Listed entries –
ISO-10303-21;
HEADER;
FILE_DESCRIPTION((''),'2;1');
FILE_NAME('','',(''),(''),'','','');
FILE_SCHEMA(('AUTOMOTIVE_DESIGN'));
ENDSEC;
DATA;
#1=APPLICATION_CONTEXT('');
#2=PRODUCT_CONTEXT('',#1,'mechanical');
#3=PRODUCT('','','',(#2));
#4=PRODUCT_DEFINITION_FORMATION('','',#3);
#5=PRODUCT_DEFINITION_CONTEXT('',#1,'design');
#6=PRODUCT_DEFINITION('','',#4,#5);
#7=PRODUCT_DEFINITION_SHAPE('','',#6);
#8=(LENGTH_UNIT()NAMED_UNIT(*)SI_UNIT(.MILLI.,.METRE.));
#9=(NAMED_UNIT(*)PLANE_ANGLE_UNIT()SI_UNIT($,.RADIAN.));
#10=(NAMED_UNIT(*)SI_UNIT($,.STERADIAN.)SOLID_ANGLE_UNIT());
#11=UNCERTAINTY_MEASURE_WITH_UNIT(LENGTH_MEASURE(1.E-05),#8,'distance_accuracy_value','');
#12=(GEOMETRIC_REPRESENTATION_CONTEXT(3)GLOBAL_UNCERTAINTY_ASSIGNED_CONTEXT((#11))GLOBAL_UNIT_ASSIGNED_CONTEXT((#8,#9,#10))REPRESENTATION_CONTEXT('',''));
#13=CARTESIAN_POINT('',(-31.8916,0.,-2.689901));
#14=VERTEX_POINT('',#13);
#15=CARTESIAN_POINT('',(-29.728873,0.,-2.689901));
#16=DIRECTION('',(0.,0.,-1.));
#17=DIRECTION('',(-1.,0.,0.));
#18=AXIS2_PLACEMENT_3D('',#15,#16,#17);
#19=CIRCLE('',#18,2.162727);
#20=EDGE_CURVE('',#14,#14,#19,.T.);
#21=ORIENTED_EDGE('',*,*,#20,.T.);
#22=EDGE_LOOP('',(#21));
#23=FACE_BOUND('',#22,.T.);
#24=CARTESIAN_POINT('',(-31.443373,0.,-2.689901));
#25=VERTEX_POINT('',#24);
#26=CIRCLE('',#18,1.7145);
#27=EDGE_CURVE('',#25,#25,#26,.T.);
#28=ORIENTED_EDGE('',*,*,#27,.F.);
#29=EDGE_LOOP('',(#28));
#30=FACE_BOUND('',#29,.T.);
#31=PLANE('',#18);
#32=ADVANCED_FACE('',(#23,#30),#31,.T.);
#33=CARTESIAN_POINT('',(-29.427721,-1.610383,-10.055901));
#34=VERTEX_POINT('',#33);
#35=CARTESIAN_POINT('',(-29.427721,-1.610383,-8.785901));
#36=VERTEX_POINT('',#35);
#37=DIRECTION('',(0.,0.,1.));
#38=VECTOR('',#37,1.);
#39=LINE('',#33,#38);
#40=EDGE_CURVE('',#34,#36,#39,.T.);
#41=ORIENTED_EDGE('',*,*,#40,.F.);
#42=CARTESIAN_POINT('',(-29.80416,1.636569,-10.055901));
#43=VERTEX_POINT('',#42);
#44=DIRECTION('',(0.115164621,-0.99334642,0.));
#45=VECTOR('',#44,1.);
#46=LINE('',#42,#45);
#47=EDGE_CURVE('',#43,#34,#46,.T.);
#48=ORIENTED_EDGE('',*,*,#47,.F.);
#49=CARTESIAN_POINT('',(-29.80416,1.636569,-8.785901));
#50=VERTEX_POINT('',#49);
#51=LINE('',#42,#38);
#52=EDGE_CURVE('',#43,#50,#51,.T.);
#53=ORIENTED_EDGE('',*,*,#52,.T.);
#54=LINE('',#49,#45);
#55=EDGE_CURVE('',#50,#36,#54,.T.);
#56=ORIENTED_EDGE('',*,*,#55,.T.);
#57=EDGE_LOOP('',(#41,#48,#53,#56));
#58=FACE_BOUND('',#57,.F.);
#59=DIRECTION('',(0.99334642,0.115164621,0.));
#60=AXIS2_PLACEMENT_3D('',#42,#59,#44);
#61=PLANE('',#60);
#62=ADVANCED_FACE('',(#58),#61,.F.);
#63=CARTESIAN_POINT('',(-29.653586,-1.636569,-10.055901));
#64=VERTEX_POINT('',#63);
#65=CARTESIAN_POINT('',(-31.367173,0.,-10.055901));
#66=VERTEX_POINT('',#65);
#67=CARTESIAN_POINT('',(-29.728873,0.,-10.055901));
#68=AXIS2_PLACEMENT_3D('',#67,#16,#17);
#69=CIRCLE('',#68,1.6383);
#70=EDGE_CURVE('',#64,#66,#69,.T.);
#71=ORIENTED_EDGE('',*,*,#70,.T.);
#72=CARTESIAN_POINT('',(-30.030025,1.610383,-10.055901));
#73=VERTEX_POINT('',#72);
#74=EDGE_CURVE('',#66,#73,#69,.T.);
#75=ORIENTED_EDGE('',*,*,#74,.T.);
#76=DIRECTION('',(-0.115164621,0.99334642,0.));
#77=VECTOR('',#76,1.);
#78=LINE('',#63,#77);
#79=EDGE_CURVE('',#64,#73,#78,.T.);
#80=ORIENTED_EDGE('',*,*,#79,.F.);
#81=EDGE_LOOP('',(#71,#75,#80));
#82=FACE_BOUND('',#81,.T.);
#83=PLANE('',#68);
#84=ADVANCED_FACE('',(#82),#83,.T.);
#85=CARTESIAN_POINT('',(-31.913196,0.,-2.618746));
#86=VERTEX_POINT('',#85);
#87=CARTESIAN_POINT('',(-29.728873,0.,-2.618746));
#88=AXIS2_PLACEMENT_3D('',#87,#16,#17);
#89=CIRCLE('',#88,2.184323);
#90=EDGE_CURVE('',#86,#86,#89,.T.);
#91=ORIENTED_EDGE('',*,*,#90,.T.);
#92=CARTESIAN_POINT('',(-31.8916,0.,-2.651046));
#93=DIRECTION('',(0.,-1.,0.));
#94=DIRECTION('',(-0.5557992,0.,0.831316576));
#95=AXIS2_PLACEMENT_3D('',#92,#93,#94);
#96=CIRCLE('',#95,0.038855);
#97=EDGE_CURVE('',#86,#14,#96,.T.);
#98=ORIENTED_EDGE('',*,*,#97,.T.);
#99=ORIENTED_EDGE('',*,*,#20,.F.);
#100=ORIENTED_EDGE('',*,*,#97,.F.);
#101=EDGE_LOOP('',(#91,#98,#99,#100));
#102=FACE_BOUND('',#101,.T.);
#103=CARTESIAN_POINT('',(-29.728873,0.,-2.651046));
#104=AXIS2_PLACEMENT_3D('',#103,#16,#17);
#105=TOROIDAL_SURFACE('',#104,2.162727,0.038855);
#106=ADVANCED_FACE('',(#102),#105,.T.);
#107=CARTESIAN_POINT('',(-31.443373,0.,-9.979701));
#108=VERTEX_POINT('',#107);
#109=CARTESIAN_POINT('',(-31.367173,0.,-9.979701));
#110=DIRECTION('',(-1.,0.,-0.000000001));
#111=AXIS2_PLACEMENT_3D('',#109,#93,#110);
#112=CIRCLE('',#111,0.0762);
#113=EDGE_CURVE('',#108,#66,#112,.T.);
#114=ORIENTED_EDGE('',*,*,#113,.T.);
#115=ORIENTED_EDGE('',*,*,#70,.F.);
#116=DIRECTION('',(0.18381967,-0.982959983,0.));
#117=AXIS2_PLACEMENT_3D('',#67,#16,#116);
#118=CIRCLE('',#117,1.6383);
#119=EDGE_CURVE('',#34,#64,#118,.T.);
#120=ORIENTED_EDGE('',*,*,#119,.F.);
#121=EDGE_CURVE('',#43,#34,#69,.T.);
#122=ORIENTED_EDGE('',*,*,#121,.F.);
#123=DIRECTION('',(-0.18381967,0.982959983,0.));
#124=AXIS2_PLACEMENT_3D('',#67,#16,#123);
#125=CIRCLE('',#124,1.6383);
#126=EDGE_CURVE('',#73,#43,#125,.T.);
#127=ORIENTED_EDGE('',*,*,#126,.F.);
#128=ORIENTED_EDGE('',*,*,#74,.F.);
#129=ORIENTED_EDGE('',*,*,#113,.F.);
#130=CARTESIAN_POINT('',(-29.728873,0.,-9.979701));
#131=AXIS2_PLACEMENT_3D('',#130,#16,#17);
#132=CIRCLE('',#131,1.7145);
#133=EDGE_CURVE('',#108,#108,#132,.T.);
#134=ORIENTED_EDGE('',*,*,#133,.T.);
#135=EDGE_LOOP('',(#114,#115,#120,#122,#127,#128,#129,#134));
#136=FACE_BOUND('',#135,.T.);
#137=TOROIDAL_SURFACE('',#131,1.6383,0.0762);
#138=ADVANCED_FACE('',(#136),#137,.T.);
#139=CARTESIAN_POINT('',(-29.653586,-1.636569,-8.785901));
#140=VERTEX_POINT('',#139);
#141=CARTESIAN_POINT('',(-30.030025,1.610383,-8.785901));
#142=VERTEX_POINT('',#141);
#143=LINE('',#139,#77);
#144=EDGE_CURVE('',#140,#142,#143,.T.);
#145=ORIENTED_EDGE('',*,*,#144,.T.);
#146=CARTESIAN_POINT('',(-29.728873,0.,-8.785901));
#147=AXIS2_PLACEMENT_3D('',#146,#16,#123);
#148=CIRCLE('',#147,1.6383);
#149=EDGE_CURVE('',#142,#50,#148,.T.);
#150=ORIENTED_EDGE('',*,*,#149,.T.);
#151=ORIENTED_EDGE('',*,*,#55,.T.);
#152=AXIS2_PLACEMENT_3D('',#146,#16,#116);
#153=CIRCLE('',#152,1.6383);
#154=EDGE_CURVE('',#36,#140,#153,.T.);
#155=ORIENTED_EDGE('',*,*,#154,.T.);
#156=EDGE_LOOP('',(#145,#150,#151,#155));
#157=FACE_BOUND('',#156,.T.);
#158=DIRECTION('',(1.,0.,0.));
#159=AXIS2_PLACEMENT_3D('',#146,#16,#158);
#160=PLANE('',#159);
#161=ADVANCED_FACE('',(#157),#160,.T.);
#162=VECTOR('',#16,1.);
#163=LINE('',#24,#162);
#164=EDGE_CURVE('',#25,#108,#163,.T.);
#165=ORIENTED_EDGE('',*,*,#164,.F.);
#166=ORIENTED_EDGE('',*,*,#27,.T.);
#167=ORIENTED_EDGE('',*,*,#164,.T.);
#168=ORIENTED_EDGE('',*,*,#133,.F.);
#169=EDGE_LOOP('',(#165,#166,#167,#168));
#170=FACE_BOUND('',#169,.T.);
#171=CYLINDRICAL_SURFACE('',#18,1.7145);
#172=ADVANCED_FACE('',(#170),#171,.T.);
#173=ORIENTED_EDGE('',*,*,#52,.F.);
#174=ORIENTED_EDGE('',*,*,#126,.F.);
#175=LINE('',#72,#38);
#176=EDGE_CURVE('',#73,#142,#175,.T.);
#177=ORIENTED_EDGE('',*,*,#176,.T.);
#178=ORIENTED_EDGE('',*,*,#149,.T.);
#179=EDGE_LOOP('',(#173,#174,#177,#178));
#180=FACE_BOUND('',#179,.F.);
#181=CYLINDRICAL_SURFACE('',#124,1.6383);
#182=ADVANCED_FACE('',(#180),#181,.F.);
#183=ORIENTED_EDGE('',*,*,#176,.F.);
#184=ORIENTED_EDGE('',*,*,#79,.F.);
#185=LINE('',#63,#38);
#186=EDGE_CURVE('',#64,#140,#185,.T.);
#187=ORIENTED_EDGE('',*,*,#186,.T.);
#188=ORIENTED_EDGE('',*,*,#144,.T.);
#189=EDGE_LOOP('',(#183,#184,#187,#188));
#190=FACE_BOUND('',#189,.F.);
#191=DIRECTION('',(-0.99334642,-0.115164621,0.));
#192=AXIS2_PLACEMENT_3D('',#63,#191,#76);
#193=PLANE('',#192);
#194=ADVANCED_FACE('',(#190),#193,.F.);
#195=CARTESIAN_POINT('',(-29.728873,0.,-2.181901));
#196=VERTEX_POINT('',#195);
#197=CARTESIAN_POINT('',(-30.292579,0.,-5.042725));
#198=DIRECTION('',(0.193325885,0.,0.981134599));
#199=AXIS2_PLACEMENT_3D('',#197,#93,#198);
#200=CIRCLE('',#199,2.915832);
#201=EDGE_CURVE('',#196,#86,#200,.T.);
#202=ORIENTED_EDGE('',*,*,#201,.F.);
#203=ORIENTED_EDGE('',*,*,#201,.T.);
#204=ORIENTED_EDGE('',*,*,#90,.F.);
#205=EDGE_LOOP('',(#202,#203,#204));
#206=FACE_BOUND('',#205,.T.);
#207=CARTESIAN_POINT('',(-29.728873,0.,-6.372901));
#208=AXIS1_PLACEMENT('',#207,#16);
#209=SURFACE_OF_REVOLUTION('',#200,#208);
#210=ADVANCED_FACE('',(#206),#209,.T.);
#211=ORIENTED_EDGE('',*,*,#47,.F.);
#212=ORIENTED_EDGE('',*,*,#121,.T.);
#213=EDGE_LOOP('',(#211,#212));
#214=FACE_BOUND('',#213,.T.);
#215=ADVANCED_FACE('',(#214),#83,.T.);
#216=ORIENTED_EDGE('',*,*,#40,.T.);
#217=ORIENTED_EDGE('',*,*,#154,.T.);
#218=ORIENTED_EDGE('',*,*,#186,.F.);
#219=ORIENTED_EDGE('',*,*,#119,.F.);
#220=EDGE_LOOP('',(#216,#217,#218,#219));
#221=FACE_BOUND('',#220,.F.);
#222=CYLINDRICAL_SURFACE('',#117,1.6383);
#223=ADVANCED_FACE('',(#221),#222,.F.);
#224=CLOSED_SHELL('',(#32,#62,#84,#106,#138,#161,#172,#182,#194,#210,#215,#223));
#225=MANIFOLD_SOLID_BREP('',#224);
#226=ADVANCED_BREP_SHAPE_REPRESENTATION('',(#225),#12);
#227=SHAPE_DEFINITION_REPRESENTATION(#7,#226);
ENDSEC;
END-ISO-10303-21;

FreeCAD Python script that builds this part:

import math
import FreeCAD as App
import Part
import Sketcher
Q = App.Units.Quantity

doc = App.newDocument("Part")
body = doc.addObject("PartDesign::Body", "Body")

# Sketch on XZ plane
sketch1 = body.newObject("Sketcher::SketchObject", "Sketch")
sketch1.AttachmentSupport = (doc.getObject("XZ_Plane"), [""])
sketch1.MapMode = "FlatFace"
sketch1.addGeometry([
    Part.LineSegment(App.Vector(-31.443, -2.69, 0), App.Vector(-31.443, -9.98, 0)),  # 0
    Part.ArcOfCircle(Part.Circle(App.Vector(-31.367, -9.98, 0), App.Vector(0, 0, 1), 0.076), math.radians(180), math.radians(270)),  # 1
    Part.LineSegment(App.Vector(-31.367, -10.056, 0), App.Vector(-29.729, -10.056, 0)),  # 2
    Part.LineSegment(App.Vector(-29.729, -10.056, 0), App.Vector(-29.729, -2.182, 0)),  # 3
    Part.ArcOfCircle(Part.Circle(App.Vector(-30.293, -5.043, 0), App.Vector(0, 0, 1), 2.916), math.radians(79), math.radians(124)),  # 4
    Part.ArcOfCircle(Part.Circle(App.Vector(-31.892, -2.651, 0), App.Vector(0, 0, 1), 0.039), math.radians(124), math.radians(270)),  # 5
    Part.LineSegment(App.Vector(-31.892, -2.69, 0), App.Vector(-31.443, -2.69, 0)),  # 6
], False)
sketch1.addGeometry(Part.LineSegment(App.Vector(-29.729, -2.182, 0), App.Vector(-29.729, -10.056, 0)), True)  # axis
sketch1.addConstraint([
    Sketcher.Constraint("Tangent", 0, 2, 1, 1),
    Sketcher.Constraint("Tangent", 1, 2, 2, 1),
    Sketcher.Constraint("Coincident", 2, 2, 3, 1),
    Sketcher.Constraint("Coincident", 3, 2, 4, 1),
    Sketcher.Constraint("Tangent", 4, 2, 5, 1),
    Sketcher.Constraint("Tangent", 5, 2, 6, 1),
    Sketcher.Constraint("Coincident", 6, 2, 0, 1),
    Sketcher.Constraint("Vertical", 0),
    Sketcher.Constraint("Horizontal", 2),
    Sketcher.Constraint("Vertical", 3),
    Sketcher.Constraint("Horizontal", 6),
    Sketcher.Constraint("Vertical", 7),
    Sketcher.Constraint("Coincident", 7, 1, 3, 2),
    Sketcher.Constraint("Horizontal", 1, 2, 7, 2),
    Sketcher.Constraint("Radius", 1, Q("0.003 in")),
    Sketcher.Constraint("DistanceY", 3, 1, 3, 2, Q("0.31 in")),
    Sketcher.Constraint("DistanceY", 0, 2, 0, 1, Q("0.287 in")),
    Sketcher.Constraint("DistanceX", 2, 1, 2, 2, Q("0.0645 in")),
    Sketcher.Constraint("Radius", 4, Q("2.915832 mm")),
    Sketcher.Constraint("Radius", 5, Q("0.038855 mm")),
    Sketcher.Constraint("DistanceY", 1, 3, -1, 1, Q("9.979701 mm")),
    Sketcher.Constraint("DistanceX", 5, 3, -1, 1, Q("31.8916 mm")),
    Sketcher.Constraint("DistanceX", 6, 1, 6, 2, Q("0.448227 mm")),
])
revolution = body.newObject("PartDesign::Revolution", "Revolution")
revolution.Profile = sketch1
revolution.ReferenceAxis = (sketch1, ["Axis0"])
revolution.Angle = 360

Action item – Taking the lines above, repeat exactly those from the line that contains "#204=ORIENTED_EDGE('',*,*,#90,.F.);" through the line that contains "#210=ADVANCED_FACE('',(#206),#209,.T.);", and both of those lines as well. Include nothing else.

Result for this exercise –
#204=ORIENTED_EDGE('',*,*,#90,.F.);
#205=EDGE_LOOP('',(#202,#203,#204));
#206=FACE_BOUND('',#205,.T.);
#207=CARTESIAN_POINT('',(-29.728873,0.,-6.372901));
#208=AXIS1_PLACEMENT('',#207,#16);
#209=SURFACE_OF_REVOLUTION('',#200,#208);
#210=ADVANCED_FACE('',(#206),#209,.T.);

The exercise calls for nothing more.